── Provided records

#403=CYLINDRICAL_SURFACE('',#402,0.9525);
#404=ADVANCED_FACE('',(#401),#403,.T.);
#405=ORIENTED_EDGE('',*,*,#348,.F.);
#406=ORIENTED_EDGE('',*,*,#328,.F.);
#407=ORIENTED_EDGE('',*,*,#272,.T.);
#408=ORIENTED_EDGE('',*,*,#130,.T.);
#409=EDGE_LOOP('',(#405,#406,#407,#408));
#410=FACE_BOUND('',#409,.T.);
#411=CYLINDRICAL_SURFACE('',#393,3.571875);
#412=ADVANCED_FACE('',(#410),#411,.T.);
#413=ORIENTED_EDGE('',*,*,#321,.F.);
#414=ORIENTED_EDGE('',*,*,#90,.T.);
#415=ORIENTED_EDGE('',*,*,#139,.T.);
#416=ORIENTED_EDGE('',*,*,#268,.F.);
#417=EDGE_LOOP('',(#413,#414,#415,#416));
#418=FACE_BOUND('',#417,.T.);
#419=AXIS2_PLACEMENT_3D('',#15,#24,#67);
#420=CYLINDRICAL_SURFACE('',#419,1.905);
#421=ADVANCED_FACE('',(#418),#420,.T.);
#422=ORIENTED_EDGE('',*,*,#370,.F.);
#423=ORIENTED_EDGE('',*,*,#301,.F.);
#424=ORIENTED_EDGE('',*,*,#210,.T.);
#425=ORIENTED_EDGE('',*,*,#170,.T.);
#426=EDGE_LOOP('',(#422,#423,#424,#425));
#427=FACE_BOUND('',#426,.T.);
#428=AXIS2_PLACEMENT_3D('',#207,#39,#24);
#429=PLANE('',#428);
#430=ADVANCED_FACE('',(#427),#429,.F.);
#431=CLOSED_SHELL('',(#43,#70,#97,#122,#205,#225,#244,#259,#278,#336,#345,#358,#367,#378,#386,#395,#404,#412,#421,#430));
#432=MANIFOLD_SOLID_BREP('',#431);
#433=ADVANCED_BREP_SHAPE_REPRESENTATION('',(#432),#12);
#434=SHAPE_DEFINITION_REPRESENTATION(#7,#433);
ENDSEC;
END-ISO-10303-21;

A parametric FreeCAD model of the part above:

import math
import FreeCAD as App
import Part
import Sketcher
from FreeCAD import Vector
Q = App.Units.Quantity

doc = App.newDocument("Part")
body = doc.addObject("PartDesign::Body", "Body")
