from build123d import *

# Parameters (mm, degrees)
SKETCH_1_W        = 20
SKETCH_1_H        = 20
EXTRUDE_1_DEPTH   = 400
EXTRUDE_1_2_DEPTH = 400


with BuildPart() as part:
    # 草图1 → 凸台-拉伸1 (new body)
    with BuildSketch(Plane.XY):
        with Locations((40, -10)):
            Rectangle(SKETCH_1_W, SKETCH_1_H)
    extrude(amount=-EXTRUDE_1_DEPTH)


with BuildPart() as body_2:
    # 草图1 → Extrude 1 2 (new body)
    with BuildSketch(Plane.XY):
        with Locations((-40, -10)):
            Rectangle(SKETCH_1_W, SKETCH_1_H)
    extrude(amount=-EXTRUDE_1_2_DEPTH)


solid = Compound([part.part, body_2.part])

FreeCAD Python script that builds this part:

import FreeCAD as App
import Part
import Sketcher

V = App.Vector


def add_polygon(sketch, points):
    """Adds a closed chain of lines whose ends are joined by coincident constraints."""
    first, n = sketch.GeometryCount, len(points)
    for a, b in zip(points, points[1:] + points[:1]):
        sketch.addGeometry(Part.LineSegment(App.Vector(*a, 0), App.Vector(*b, 0)), False)
    for i in range(n):
        sketch.addConstraint(Sketcher.Constraint("Coincident", first + i, 2, first + (i + 1) % n, 1))

doc = App.newDocument("Part")
body = doc.addObject("PartDesign::Body", "Body")

# Sketch on XY plane
sketch1 = doc.addObject("Sketcher::SketchObject", "Sketch")
body.addObject(sketch1)
sketch1.AttachmentSupport = (doc.XY_Plane, [""])
sketch1.MapMode = "FlatFace"
add_polygon(sketch1, [(30, 0), (30, -20), (50, -20), (50, 0)])  # lines 0-3
sketch1.addConstraint([
    Sketcher.Constraint("Vertical", 0),
    Sketcher.Constraint("Horizontal", 1),
    Sketcher.Constraint("Vertical", 2),
    Sketcher.Constraint("Horizontal", 3),
    Sketcher.Constraint("PointOnObject", 2, 2, -1),
    Sketcher.Constraint("Equal", 3, 0),
    Sketcher.Constraint("DistanceX", 1, 1, 1, 2, 20.0),
    Sketcher.Constraint("DistanceX", -1, 1, 0, 2, 30.0),
])
pad1 = doc.addObject("PartDesign::Pad", "Pad")
body.addObject(pad1)
pad1.Profile = sketch1
pad1.Length = 400
pad1.Reversed = True
body2 = doc.addObject("PartDesign::Body", "Body001")

# Sketch on XY plane
sketch2 = doc.addObject("Sketcher::SketchObject", "Sketch001")
body2.addObject(sketch2)
sketch2.AttachmentSupport = (doc.getObject("XY_Plane001"), [""])
sketch2.MapMode = "FlatFace"
add_polygon(sketch2, [(-50, 0), (-50, -20), (-30, -20), (-30, 0)])  # lines 0-3
sketch2.addConstraint([
    Sketcher.Constraint("Vertical", 0),
    Sketcher.Constraint("Horizontal", 1),
    Sketcher.Constraint("Vertical", 2),
    Sketcher.Constraint("Horizontal", 3),
    Sketcher.Constraint("PointOnObject", 2, 2, -1),
    Sketcher.Constraint("Equal", 3, 0),
    Sketcher.Constraint("DistanceX", 1, 1, 1, 2, 20.0),
    Sketcher.Constraint("DistanceX", 0, 2, -1, 1, 50.0),
])
pad2 = doc.addObject("PartDesign::Pad", "Pad001")
body2.addObject(pad2)
pad2.Profile = sketch2
pad2.Length = 400
pad2.Reversed = True

doc.recompute()
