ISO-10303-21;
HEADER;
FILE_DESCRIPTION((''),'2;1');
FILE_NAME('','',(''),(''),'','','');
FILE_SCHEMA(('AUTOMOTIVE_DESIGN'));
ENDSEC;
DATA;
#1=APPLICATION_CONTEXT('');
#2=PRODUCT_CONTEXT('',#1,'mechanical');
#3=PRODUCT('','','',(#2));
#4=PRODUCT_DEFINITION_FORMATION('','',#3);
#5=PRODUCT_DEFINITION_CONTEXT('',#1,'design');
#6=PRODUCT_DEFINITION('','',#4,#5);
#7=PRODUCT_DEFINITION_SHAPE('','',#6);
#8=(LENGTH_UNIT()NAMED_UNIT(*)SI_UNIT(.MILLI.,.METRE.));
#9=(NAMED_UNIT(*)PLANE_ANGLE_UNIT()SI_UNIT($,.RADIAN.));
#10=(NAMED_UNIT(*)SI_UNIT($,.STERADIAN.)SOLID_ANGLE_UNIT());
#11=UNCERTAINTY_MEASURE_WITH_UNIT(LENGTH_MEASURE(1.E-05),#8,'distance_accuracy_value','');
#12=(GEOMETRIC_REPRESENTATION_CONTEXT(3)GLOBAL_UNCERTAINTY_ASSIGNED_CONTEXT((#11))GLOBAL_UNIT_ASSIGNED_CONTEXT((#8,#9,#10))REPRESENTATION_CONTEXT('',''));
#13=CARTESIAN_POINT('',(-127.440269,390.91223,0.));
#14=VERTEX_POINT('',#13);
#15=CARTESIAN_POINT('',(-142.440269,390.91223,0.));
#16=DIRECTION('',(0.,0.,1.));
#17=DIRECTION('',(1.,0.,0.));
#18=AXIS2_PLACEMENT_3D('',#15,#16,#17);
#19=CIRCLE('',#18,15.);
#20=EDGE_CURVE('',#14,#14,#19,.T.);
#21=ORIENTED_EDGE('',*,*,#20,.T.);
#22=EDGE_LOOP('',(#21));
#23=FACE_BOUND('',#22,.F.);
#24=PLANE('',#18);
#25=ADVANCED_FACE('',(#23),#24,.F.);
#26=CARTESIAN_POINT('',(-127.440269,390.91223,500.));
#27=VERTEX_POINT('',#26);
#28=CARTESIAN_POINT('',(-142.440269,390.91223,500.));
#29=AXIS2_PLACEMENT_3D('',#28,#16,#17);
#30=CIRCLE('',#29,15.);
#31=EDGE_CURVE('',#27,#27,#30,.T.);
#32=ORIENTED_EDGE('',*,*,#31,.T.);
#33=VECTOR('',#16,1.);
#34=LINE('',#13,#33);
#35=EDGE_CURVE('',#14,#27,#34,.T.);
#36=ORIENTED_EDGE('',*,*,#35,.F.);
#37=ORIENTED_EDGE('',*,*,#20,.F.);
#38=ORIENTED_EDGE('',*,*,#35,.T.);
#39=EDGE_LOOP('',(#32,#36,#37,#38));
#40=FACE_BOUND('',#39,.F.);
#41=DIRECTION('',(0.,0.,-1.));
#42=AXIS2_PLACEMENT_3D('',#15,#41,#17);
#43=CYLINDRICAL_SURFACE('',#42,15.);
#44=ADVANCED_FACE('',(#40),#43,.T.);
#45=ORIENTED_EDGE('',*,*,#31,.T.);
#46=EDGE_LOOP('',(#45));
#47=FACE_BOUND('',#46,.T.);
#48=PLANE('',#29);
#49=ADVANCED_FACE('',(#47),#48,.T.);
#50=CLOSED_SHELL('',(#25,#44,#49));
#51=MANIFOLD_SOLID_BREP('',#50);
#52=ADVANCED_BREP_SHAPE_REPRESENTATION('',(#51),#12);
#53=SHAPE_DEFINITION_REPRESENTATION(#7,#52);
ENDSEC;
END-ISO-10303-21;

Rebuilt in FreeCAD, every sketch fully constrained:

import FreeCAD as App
import Part
import Sketcher

V = App.Vector
Q = App.Units.Quantity

doc = App.newDocument("Part")
body = doc.addObject("PartDesign::Body", "Body")

# Sketch on XY plane
sketch1 = doc.addObject("Sketcher::SketchObject", "Sketch")
body.addObject(sketch1)
sketch1.AttachmentSupport = (doc.XY_Plane, [""])
sketch1.MapMode = "FlatFace"
sketch1.addGeometry(Part.Circle(V(-142, 391, 0), V(0, 0, 1), 15), False)
sketch1.addConstraint([
    Sketcher.Constraint("Diameter", 0, Q("30 mm")),
    Sketcher.Constraint("DistanceX", 0, 3, -1, 1, Q("142.440269 mm")),
    Sketcher.Constraint("DistanceY", -1, 1, 0, 3, Q("390.91223 mm")),
])
pad1 = doc.addObject("PartDesign::Pad", "Pad")
body.addObject(pad1)
pad1.Profile = sketch1
pad1.Length = 500

doc.recompute()
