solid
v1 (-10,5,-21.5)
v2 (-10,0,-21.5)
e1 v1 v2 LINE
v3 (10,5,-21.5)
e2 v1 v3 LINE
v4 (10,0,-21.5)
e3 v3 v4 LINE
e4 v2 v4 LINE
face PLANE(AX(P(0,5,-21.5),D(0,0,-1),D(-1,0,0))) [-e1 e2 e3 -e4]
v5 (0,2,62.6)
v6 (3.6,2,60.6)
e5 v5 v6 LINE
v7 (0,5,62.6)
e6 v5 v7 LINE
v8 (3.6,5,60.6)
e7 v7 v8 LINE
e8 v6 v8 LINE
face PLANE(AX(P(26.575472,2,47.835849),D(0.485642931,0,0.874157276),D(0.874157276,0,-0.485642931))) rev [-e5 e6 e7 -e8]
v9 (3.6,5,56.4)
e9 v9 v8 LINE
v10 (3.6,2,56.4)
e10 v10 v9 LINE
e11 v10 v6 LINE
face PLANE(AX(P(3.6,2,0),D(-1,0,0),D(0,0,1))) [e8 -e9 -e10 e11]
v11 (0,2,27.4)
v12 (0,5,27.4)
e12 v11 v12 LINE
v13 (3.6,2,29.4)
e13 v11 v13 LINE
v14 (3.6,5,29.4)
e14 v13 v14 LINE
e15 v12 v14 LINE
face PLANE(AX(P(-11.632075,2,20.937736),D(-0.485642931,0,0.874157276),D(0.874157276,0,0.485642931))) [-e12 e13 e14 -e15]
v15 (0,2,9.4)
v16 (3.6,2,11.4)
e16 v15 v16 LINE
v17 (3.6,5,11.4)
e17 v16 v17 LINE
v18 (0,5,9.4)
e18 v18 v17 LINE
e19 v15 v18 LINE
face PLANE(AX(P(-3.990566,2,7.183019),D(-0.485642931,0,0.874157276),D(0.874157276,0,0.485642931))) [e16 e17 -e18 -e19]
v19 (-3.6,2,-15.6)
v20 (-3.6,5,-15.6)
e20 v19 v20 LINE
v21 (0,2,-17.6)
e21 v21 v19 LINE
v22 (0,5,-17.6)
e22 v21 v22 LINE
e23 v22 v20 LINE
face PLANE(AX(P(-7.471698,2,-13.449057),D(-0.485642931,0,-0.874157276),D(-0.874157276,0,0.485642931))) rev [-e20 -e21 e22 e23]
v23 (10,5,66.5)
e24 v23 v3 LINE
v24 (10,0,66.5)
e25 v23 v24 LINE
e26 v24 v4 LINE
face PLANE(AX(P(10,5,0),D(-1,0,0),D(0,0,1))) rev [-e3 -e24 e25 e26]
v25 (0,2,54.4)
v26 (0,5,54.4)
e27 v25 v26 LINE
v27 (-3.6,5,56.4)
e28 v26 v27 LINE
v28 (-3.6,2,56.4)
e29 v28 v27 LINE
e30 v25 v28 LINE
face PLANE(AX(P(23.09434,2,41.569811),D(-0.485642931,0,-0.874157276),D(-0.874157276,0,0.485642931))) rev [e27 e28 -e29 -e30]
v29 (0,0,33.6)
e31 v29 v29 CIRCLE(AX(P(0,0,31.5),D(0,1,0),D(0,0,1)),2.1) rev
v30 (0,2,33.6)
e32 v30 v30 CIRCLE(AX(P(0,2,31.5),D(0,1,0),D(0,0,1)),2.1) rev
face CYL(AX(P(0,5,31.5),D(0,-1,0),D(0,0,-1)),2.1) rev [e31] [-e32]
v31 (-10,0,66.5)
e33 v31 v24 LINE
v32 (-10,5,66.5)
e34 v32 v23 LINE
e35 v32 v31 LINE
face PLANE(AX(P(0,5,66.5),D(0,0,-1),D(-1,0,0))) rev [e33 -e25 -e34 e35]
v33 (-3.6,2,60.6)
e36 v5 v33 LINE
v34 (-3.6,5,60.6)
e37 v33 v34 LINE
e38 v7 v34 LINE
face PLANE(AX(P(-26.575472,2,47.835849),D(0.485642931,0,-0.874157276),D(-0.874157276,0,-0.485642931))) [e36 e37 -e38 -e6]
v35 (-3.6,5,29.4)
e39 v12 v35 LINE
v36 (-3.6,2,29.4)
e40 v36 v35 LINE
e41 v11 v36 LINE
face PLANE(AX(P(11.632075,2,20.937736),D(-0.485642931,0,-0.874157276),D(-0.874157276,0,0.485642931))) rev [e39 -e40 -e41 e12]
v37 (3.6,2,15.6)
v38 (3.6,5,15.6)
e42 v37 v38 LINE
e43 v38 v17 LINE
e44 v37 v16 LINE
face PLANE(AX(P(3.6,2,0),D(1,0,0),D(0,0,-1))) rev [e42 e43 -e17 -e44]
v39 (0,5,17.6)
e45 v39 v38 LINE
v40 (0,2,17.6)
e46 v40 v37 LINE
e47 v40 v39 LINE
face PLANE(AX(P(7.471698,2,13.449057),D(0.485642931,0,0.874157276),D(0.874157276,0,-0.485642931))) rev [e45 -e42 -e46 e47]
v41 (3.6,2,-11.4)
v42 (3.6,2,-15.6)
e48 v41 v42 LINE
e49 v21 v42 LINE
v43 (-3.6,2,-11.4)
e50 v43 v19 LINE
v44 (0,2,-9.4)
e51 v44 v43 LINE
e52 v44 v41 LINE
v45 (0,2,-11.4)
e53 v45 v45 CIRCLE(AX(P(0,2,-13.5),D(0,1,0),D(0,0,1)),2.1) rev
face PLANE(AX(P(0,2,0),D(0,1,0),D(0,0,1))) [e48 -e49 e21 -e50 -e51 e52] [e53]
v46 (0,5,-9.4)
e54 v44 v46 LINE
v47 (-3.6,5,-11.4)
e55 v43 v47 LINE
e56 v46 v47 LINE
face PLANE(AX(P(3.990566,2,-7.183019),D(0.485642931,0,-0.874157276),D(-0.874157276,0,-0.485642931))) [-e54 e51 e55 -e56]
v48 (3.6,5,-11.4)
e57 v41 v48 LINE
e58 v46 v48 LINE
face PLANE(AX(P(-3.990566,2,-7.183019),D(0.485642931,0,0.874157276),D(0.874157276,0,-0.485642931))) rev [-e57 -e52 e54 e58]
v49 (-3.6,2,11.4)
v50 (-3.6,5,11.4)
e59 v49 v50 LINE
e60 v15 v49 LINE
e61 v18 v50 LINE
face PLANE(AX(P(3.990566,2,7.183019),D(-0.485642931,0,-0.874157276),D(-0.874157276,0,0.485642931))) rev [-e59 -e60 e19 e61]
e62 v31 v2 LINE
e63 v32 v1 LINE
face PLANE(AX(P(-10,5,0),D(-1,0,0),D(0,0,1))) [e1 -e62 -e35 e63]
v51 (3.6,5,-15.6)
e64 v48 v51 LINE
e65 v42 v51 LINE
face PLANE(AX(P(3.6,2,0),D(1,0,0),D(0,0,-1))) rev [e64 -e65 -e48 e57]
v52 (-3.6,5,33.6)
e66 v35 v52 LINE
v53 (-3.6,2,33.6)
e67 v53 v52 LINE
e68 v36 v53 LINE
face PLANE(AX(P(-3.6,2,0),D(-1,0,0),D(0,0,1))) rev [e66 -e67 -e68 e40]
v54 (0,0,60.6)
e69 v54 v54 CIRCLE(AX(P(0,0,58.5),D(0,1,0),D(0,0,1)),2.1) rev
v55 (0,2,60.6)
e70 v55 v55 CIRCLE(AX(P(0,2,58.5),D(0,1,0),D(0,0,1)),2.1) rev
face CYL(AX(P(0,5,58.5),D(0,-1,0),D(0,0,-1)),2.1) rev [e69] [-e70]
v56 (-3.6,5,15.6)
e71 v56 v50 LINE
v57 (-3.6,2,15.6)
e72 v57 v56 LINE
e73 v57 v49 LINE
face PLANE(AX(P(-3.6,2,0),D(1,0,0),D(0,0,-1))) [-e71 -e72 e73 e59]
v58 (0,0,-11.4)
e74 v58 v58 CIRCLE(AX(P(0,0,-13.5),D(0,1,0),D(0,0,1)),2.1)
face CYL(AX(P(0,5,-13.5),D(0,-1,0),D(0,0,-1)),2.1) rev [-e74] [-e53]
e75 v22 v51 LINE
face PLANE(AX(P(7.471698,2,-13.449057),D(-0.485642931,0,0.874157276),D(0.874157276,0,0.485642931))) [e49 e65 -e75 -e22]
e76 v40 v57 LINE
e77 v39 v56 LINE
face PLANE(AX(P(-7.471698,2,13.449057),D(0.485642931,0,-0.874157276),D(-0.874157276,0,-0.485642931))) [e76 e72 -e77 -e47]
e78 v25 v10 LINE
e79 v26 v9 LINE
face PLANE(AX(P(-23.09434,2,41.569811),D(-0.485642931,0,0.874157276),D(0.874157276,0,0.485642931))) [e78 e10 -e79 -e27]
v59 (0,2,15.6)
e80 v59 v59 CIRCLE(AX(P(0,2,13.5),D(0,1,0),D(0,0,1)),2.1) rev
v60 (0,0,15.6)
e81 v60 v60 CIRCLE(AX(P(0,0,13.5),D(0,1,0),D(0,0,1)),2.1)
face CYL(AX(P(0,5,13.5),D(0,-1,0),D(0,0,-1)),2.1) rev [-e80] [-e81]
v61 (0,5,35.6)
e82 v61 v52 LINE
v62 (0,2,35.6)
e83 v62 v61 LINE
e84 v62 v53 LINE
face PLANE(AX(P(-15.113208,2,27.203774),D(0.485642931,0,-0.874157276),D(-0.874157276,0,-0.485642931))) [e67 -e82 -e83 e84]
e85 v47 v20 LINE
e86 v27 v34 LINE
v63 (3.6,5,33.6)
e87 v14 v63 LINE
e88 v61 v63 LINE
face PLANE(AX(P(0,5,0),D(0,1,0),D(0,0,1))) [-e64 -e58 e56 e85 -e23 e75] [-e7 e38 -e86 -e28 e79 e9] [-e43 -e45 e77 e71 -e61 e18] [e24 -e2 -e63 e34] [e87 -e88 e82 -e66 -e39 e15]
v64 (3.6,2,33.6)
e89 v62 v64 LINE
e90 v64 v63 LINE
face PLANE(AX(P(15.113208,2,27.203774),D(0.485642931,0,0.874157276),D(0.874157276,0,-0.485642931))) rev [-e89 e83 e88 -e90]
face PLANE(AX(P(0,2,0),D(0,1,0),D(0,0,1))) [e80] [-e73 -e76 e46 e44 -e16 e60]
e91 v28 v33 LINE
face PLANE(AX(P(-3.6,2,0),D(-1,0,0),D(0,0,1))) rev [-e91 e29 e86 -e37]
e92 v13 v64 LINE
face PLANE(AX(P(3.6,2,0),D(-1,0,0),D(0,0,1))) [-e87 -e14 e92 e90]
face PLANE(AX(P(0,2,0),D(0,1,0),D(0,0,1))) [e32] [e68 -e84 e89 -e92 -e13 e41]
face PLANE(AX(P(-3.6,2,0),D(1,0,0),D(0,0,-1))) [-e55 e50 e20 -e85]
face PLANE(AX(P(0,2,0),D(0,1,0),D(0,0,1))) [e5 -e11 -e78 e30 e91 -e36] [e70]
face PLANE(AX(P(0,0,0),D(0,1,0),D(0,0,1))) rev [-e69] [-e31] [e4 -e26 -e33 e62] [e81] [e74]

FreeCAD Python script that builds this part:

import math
import FreeCAD as App
import Part
import Sketcher


def add_polygon(sketch, points):
    """Adds a closed chain of lines whose ends are joined by coincident constraints."""
    first, n = sketch.GeometryCount, len(points)
    for a, b in zip(points, points[1:] + points[:1]):
        sketch.addGeometry(Part.LineSegment(App.Vector(*a, 0), App.Vector(*b, 0)), False)
    for i in range(n):
        sketch.addConstraint(Sketcher.Constraint("Coincident", first + i, 2, first + (i + 1) % n, 1))

doc = App.newDocument("Part")
body = doc.addObject("PartDesign::Body", "Body")

sketch1 = doc.addObject("Sketcher::SketchObject", "Sketch")
body.addObject(sketch1)
sketch1.AttachmentSupport = (doc.XZ_Plane, [""])
sketch1.MapMode = "FlatFace"
add_polygon(sketch1, [(-10, -21.5), (-10, 66.5), (10, 66.5), (10, -21.5)])
sketch1.addGeometry(Part.Circle(App.Vector(0, 58.5, 0), App.Vector(0, 0, 1), 2.1), False)
sketch1.addGeometry(Part.Circle(App.Vector(0, 31.5, 0), App.Vector(0, 0, 1), 2.1), False)
sketch1.addGeometry(Part.Circle(App.Vector(0, 13.5, 0), App.Vector(0, 0, 1), 2.1), False)
sketch1.addGeometry(Part.Circle(App.Vector(0, -13.5, 0), App.Vector(0, 0, 1), 2.1), False)
sketch1.addConstraint(Sketcher.Constraint("Vertical", 0))
sketch1.addConstraint(Sketcher.Constraint("Horizontal", 1))
sketch1.addConstraint(Sketcher.Constraint("Vertical", 2))
sketch1.addConstraint(Sketcher.Constraint("Horizontal", 3))
sketch1.addConstraint(Sketcher.Constraint("Equal", 4, 5))
sketch1.addConstraint(Sketcher.Constraint("Equal", 5, 6))
sketch1.addConstraint(Sketcher.Constraint("Equal", 6, 7))
sketch1.addConstraint(Sketcher.Constraint("Symmetric", 6, 3, 7, 3, -1, 1))
sketch1.addConstraint(Sketcher.Constraint("PointOnObject", 4, 3, -2))
sketch1.addConstraint(Sketcher.Constraint("PointOnObject", 5, 3, -2))
sketch1.addConstraint(Sketcher.Constraint("PointOnObject", 6, 3, -2))
sketch1.addConstraint(Sketcher.Constraint("Diameter", 4, 4.2))
sketch1.addConstraint(Sketcher.Constraint("DistanceX", 1, 1, 1, 2, 20.0))
sketch1.addConstraint(Sketcher.Constraint("DistanceY", 0, 1, 0, 2, 88.0))
sketch1.addConstraint(Sketcher.Constraint("DistanceX", 0, 2, -1, 1, 10.0))
sketch1.addConstraint(Sketcher.Constraint("DistanceY", 5, 3, 4, 3, 27.0))
sketch1.addConstraint(Sketcher.Constraint("DistanceY", 6, 3, 5, 3, 18.0))
sketch1.addConstraint(Sketcher.Constraint("DistanceY", 7, 3, 6, 3, 27.0))
sketch1.addConstraint(Sketcher.Constraint("DistanceY", 4, 3, 0, 2, 8.0))
pad1 = doc.addObject("PartDesign::Pad", "Pad")
body.addObject(pad1)
pad1.Profile = sketch1
pad1.Length = 5
pad1.Reversed = True

sketch2 = doc.addObject("Sketcher::SketchObject", "Sketch001")
body.addObject(sketch2)
sketch2.AttachmentSupport = (doc.XZ_Plane, [""])
sketch2.MapMode = "FlatFace"
sketch2.AttachmentOffset = App.Placement(App.Vector(0, 0, -5), App.Rotation())
add_polygon(sketch2, [(3.6, -11.4), (3.6, -15.6), (0, -17.6), (-3.6, -15.6), (-3.6, -11.4), (0, -9.4)])
sketch2.addGeometry(Part.ArcOfCircle(Part.Circle(App.Vector(0, -13.5, 0), App.Vector(0, 0, 1), 2.1), math.radians(0), math.radians(90)), False)
sketch2.addGeometry(Part.ArcOfCircle(Part.Circle(App.Vector(0, -13.5, 0), App.Vector(0, 0, 1), 2.1), math.radians(90), math.radians(270)), False)
sketch2.addGeometry(Part.ArcOfCircle(Part.Circle(App.Vector(0, -13.5, 0), App.Vector(0, 0, 1), 2.1), math.radians(-90), math.radians(0)), False)
add_polygon(sketch2, [(3.6, 15.6), (3.6, 11.4), (0, 9.4), (-3.6, 11.4), (-3.6, 15.6), (0, 17.6)])
sketch2.addGeometry(Part.ArcOfCircle(Part.Circle(App.Vector(0, 13.5, 0), App.Vector(0, 0, 1), 2.1), math.radians(0), math.radians(90)), False)
sketch2.addGeometry(Part.ArcOfCircle(Part.Circle(App.Vector(0, 13.5, 0), App.Vector(0, 0, 1), 2.1), math.radians(90), math.radians(270)), False)
sketch2.addGeometry(Part.ArcOfCircle(Part.Circle(App.Vector(0, 13.5, 0), App.Vector(0, 0, 1), 2.1), math.radians(-90), math.radians(0)), False)
add_polygon(sketch2, [(-3.6, 33.6), (0, 35.6), (3.6, 33.6), (3.6, 29.4), (0, 27.4), (-3.6, 29.4)])
sketch2.addGeometry(Part.Circle(App.Vector(0, 31.5, 0), App.Vector(0, 0, 1), 2.1), False)
add_polygon(sketch2, [(-3.6, 60.6), (0, 62.6), (3.6, 60.6), (3.6, 56.4), (0, 54.4), (-3.6, 56.4)])
sketch2.addGeometry(Part.Circle(App.Vector(0, 58.5, 0), App.Vector(0, 0, 1), 2.1), False)
sketch2.addConstraint(Sketcher.Constraint("Tangent", 6, 2, 7, 1))
sketch2.addConstraint(Sketcher.Constraint("Tangent", 7, 2, 8, 1))
sketch2.addConstraint(Sketcher.Constraint("Tangent", 8, 2, 6, 1))
sketch2.addConstraint(Sketcher.Constraint("Tangent", 15, 2, 16, 1))
sketch2.addConstraint(Sketcher.Constraint("Tangent", 16, 2, 17, 1))
sketch2.addConstraint(Sketcher.Constraint("Tangent", 17, 2, 15, 1))
sketch2.addConstraint(Sketcher.Constraint("Vertical", 0))
sketch2.addConstraint(Sketcher.Constraint("Vertical", 3))
sketch2.addConstraint(Sketcher.Constraint("Vertical", 9))
sketch2.addConstraint(Sketcher.Constraint("Vertical", 12))
sketch2.addConstraint(Sketcher.Constraint("Vertical", 20))
sketch2.addConstraint(Sketcher.Constraint("Vertical", 23))
sketch2.addConstraint(Sketcher.Constraint("Vertical", 27))
sketch2.addConstraint(Sketcher.Constraint("Vertical", 30))
sketch2.addConstraint(Sketcher.Constraint("Equal", 8, 15))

────

▸ Goal of the exercise
Quote exactly the first line of the entries and every line after it, stopping with the line that contains "#419=AXIS2_PLACEMENT_3D('',#15,#24,#67);".

▸ Output for this exercise
#403=CYLINDRICAL_SURFACE('',#402,0.9525);
#404=ADVANCED_FACE('',(#401),#403,.T.);
#405=ORIENTED_EDGE('',*,*,#348,.F.);
#406=ORIENTED_EDGE('',*,*,#328,.F.);
#407=ORIENTED_EDGE('',*,*,#272,.T.);
#408=ORIENTED_EDGE('',*,*,#130,.T.);
#409=EDGE_LOOP('',(#405,#406,#407,#408));
#410=FACE_BOUND('',#409,.T.);
#411=CYLINDRICAL_SURFACE('',#393,3.571875);
#412=ADVANCED_FACE('',(#410),#411,.T.);
#413=ORIENTED_EDGE('',*,*,#321,.F.);
#414=ORIENTED_EDGE('',*,*,#90,.T.);
#415=ORIENTED_EDGE('',*,*,#139,.T.);
#416=ORIENTED_EDGE('',*,*,#268,.F.);
#417=EDGE_LOOP('',(#413,#414,#415,#416));
#418=FACE_BOUND('',#417,.T.);
#419=AXIS2_PLACEMENT_3D('',#15,#24,#67);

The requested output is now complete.